What the task requires:
Once the line with "#58=CARTESIAN_POINT('',(-1.5875,6.104627,76.178836));" is found in the entries below, repeat it and each following line exactly, up to and including the line with "#61=EDGE_CURVE('',#55,#44,#60,.T.);". Add no other lines.

Top of Available records

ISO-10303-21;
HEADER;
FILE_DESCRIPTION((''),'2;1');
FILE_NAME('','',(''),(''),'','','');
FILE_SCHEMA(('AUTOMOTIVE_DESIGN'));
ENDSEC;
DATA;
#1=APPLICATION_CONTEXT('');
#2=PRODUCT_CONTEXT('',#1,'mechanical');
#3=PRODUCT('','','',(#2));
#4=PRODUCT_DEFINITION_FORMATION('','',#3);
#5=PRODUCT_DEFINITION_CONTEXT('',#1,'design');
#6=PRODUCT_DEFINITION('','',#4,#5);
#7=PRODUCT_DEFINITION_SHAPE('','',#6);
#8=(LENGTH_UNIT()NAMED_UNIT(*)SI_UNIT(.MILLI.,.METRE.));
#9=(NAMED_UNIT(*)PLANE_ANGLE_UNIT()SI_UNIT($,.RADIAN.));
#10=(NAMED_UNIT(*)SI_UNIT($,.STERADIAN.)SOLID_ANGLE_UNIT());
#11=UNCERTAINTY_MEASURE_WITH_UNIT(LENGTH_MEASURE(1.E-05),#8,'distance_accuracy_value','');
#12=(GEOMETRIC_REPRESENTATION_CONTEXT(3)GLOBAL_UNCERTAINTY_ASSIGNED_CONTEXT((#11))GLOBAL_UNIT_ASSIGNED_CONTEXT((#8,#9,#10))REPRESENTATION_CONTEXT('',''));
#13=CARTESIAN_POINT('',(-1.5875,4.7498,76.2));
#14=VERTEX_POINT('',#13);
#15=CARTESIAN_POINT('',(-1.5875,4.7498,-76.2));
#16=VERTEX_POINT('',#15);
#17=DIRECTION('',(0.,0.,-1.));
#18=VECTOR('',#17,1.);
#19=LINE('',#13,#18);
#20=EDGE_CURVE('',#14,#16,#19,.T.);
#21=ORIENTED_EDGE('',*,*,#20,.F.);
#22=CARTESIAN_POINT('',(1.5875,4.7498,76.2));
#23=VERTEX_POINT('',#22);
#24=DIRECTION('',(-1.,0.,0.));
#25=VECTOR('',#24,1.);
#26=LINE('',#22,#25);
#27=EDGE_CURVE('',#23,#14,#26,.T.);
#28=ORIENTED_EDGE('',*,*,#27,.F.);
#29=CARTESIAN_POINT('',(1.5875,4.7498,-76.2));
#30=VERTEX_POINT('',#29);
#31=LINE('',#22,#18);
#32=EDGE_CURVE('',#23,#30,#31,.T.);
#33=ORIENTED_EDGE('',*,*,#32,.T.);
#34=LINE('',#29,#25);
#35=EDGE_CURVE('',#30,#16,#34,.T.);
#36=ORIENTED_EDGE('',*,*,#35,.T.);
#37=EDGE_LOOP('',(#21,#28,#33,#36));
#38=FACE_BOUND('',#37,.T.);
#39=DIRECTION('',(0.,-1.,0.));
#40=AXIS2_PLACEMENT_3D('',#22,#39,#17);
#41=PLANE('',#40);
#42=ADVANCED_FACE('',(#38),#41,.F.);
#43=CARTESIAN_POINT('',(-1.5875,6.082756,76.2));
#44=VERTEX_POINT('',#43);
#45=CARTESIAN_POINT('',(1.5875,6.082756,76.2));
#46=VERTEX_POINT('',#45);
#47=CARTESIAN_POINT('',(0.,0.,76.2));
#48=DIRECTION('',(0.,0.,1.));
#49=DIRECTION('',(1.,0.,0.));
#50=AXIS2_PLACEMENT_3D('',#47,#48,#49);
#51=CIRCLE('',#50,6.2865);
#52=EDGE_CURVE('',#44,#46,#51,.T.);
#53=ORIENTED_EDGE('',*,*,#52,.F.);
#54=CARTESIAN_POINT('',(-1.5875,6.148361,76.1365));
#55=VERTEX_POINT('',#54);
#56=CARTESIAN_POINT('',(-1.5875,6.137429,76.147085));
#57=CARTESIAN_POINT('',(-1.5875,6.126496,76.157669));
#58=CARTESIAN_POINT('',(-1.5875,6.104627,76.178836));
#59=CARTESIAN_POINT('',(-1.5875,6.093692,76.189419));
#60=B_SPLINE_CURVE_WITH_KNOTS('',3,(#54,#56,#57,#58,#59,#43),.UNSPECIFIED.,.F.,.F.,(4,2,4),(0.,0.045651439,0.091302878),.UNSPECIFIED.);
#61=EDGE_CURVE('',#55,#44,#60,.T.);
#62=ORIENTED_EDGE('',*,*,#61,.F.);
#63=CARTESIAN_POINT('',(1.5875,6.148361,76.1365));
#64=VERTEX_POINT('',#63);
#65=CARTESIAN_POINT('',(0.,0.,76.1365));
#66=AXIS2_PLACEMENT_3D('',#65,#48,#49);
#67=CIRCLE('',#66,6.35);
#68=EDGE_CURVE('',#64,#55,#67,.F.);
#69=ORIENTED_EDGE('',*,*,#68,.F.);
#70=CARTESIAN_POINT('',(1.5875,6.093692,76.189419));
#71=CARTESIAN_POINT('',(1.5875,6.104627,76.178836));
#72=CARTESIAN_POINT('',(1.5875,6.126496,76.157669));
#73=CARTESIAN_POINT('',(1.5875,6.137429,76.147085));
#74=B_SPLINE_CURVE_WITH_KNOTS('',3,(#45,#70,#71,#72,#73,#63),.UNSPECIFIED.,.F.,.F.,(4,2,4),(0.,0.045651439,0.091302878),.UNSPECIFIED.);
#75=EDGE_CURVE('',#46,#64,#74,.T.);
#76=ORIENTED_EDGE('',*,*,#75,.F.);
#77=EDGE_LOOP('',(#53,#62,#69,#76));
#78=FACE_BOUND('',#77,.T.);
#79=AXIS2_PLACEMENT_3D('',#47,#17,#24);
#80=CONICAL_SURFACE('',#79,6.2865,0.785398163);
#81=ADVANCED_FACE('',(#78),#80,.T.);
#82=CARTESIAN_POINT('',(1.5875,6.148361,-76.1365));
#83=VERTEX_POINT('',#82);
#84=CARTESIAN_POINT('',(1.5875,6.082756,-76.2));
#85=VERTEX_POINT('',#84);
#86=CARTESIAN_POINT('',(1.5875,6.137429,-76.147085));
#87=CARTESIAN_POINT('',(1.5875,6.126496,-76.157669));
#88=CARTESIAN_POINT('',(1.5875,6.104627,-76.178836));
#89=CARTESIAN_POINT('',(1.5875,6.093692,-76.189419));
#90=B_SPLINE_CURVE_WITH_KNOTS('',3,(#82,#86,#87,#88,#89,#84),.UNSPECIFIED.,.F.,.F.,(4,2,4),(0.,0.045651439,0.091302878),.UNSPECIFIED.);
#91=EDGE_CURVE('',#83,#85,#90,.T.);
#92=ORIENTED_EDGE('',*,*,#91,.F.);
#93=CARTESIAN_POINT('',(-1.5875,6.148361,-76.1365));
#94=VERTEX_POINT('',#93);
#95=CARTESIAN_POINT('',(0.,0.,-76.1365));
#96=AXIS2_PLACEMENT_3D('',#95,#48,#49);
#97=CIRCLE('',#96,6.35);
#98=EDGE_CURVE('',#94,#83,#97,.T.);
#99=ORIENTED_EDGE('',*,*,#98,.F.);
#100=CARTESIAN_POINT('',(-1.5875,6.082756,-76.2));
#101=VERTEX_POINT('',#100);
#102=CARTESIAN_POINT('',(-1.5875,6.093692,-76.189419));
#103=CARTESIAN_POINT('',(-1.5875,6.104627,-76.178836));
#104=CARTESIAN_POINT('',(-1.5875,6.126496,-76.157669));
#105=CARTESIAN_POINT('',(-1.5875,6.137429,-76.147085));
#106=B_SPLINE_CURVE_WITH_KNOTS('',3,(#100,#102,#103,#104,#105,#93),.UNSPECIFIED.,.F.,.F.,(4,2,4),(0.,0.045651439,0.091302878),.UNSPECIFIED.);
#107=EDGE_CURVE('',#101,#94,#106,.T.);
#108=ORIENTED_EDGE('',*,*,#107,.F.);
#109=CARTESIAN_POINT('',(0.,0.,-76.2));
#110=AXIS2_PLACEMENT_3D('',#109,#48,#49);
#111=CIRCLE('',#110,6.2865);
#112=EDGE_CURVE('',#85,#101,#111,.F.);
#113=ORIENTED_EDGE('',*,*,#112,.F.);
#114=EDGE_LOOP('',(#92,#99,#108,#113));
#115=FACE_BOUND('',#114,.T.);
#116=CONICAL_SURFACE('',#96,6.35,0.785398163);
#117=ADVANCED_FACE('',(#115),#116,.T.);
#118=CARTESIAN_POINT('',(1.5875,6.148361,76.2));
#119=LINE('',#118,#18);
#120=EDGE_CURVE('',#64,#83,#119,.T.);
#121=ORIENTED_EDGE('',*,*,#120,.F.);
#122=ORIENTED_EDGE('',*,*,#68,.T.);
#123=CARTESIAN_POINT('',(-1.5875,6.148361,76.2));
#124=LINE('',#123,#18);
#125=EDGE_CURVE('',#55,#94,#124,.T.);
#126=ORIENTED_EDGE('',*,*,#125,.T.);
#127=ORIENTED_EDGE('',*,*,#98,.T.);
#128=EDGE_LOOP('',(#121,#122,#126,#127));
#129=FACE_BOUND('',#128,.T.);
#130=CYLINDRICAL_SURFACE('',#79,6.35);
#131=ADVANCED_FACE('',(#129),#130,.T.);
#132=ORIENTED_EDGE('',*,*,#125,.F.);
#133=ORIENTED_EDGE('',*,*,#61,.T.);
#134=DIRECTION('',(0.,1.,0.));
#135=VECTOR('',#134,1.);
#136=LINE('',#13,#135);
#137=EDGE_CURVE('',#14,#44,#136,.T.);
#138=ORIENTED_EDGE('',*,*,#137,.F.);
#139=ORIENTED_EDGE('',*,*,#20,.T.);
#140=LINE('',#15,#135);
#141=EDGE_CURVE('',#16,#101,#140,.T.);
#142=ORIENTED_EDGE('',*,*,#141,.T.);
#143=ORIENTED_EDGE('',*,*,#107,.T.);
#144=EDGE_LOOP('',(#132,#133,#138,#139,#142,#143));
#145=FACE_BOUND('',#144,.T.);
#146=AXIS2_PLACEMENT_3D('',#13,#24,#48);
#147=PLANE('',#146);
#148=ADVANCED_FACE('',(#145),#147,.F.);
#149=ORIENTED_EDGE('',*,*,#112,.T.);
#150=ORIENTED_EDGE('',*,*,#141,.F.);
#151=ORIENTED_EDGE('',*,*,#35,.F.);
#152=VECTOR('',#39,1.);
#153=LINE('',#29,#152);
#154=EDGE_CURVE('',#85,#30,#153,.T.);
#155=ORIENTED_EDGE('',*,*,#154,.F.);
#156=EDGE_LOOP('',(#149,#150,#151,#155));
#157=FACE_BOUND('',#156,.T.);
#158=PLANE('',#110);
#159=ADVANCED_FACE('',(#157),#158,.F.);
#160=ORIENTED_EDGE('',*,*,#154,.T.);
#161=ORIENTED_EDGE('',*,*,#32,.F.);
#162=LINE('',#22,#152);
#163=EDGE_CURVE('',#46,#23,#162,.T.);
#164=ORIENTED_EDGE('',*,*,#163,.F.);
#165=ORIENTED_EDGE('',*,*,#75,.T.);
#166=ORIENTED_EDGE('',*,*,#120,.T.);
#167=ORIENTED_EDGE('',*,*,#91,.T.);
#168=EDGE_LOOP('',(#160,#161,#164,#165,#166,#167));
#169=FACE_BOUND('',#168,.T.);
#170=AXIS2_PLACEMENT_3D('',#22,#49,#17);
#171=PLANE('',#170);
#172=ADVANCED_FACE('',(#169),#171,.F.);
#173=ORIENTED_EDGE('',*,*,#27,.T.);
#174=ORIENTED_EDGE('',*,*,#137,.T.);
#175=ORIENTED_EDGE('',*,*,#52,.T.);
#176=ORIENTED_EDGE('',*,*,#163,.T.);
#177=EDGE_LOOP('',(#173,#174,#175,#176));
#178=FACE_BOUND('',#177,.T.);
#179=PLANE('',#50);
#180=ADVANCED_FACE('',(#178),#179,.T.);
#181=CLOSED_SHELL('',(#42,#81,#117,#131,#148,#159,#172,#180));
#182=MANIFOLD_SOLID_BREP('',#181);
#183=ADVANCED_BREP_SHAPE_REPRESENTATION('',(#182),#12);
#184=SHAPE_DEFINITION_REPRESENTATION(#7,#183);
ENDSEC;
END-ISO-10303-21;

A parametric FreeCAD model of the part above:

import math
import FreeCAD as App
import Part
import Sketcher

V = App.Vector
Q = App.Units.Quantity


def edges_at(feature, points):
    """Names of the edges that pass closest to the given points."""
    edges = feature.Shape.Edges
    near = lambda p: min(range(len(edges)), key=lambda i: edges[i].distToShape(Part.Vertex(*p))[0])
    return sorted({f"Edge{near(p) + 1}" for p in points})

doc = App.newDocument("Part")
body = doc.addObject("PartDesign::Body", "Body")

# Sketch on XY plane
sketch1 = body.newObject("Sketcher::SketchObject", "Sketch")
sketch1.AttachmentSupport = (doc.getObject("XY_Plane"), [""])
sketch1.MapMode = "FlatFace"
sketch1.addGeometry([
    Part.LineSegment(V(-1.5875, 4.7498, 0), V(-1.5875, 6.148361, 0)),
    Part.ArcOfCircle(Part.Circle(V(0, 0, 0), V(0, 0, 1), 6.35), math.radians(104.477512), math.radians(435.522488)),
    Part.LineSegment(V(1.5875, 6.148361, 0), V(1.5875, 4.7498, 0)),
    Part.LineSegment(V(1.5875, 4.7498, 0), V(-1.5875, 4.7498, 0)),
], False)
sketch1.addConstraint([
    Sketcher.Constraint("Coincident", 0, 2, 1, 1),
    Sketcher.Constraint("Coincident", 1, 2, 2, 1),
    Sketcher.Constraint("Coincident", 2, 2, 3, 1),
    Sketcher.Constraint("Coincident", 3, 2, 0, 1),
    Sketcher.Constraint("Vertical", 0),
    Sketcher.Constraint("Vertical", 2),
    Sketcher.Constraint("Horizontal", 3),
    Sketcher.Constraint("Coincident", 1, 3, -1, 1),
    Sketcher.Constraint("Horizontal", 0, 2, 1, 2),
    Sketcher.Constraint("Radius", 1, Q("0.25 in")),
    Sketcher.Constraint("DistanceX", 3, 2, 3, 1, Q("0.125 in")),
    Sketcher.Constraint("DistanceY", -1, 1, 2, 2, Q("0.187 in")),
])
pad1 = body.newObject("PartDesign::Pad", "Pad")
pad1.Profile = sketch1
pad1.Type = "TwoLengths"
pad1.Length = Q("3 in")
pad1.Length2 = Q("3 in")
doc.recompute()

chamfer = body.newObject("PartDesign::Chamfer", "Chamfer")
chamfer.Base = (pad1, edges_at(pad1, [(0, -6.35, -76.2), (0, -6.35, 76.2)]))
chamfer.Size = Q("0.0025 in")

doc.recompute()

Bottom of Available records

Answer box:
#58=CARTESIAN_POINT('',(-1.5875,6.104627,76.178836));
#59=CARTESIAN_POINT('',(-1.5875,6.093692,76.189419));
#60=B_SPLINE_CURVE_WITH_KNOTS('',3,(#54,#56,#57,#58,#59,#43),.UNSPECIFIED.,.F.,.F.,(4,2,4),(0.,0.045651439,0.091302878),.UNSPECIFIED.);
#61=EDGE_CURVE('',#55,#44,#60,.T.);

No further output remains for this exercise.